Assignment - A line below contains "#345=CARTESIAN_POINT('',(219.5,27.5,15.));", and a later one contains "#373=FACE_BOUND('',#372,.T.);". Repeat both, with every line between them, exactly.

Material for the task -
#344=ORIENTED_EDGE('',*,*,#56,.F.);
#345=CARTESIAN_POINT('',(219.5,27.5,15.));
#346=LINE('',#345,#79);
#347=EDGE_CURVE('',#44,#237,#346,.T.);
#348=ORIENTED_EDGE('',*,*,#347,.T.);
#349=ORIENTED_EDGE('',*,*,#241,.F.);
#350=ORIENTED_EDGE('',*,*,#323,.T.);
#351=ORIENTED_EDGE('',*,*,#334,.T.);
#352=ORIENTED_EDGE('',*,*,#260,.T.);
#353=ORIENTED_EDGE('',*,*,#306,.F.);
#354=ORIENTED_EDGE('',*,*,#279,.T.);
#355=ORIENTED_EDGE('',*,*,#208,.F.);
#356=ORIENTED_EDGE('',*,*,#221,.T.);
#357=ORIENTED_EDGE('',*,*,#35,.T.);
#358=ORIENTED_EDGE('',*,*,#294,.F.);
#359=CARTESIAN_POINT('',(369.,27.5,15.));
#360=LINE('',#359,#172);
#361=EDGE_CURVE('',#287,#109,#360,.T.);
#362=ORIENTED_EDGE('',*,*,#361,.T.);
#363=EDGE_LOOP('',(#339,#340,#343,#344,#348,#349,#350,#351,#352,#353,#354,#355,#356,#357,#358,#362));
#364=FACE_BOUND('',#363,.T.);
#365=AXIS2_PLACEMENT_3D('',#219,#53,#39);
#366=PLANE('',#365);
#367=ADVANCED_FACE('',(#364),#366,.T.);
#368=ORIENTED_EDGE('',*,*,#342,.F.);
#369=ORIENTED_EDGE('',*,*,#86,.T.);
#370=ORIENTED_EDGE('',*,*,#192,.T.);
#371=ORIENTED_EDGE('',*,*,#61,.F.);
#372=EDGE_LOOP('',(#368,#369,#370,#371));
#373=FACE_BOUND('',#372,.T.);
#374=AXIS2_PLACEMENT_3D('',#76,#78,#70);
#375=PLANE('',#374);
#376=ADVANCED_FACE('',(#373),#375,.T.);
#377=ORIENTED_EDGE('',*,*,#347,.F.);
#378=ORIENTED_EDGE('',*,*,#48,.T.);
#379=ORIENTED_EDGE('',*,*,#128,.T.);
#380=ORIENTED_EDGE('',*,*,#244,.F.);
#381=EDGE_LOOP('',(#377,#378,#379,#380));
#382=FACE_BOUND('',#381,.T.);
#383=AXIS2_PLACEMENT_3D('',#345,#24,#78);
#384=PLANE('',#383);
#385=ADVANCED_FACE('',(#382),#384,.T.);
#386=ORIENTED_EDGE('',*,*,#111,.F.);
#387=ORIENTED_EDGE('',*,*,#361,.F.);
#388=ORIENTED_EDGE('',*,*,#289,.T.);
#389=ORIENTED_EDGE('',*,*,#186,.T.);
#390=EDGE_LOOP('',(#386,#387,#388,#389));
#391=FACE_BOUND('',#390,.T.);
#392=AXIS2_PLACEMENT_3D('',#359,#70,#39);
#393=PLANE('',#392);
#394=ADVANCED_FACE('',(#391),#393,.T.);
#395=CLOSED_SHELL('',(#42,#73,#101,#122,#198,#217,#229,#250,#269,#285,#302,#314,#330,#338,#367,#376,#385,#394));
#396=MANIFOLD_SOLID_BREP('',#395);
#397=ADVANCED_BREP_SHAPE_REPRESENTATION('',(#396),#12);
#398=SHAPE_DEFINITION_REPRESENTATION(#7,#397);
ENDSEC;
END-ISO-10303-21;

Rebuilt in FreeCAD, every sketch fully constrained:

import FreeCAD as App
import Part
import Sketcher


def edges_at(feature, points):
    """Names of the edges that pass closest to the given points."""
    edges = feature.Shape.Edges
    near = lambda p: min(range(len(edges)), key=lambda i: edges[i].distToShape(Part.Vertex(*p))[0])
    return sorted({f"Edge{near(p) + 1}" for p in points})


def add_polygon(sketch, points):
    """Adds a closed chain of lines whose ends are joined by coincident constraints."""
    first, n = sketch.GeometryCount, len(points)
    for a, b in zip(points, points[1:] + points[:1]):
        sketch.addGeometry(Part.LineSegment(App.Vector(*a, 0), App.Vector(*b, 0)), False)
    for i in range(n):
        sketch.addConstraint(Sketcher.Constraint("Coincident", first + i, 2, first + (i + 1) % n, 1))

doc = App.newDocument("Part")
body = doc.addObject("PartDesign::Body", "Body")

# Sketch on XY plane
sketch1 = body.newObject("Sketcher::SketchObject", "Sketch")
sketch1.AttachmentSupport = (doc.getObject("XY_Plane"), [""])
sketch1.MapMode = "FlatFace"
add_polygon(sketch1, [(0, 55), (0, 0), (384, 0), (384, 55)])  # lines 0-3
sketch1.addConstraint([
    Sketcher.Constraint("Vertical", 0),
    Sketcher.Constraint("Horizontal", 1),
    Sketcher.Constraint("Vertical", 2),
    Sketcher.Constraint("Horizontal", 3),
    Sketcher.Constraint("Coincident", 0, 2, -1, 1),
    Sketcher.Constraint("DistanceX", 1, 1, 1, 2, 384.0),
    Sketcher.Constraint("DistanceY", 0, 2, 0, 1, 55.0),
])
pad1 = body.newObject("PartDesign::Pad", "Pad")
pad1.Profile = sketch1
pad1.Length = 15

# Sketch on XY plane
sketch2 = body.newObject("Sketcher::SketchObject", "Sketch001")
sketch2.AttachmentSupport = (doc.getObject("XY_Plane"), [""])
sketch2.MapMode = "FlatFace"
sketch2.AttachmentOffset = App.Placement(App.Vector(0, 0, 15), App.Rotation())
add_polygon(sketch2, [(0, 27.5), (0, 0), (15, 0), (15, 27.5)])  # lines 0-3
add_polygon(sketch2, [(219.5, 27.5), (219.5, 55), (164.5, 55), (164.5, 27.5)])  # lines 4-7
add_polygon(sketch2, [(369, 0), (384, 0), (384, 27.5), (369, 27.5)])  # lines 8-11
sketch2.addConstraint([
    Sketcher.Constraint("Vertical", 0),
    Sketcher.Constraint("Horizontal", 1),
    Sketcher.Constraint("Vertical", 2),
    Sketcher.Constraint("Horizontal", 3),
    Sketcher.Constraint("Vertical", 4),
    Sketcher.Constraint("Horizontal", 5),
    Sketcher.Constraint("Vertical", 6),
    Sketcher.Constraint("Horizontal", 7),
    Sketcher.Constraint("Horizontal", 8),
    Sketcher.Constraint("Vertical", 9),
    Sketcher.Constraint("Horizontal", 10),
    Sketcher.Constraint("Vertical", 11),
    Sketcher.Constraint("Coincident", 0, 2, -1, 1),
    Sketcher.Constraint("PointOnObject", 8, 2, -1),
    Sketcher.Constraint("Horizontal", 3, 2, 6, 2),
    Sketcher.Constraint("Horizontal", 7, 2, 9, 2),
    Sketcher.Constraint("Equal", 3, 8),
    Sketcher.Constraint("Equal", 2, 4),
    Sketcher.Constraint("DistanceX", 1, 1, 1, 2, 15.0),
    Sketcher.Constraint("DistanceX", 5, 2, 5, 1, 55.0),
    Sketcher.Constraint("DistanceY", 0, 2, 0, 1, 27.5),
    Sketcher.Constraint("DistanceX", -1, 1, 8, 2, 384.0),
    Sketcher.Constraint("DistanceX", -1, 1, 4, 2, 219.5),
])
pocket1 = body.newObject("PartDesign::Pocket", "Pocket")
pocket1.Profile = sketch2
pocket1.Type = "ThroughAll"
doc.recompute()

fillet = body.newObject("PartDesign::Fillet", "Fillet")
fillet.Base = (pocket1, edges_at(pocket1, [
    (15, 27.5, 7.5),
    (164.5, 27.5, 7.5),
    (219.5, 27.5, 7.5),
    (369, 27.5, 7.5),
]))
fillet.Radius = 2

Solution -
#345=CARTESIAN_POINT('',(219.5,27.5,15.));
#346=LINE('',#345,#79);
#347=EDGE_CURVE('',#44,#237,#346,.T.);
#348=ORIENTED_EDGE('',*,*,#347,.T.);
#349=ORIENTED_EDGE('',*,*,#241,.F.);
#350=ORIENTED_EDGE('',*,*,#323,.T.);
#351=ORIENTED_EDGE('',*,*,#334,.T.);
#352=ORIENTED_EDGE('',*,*,#260,.T.);
#353=ORIENTED_EDGE('',*,*,#306,.F.);
#354=ORIENTED_EDGE('',*,*,#279,.T.);
#355=ORIENTED_EDGE('',*,*,#208,.F.);
#356=ORIENTED_EDGE('',*,*,#221,.T.);
#357=ORIENTED_EDGE('',*,*,#35,.T.);
#358=ORIENTED_EDGE('',*,*,#294,.F.);
#359=CARTESIAN_POINT('',(369.,27.5,15.));
#360=LINE('',#359,#172);
#361=EDGE_CURVE('',#287,#109,#360,.T.);
#362=ORIENTED_EDGE('',*,*,#361,.T.);
#363=EDGE_LOOP('',(#339,#340,#343,#344,#348,#349,#350,#351,#352,#353,#354,#355,#356,#357,#358,#362));
#364=FACE_BOUND('',#363,.T.);
#365=AXIS2_PLACEMENT_3D('',#219,#53,#39);
#366=PLANE('',#365);
#367=ADVANCED_FACE('',(#364),#366,.T.);
#368=ORIENTED_EDGE('',*,*,#342,.F.);
#369=ORIENTED_EDGE('',*,*,#86,.T.);
#370=ORIENTED_EDGE('',*,*,#192,.T.);
#371=ORIENTED_EDGE('',*,*,#61,.F.);
#372=EDGE_LOOP('',(#368,#369,#370,#371));
#373=FACE_BOUND('',#372,.T.);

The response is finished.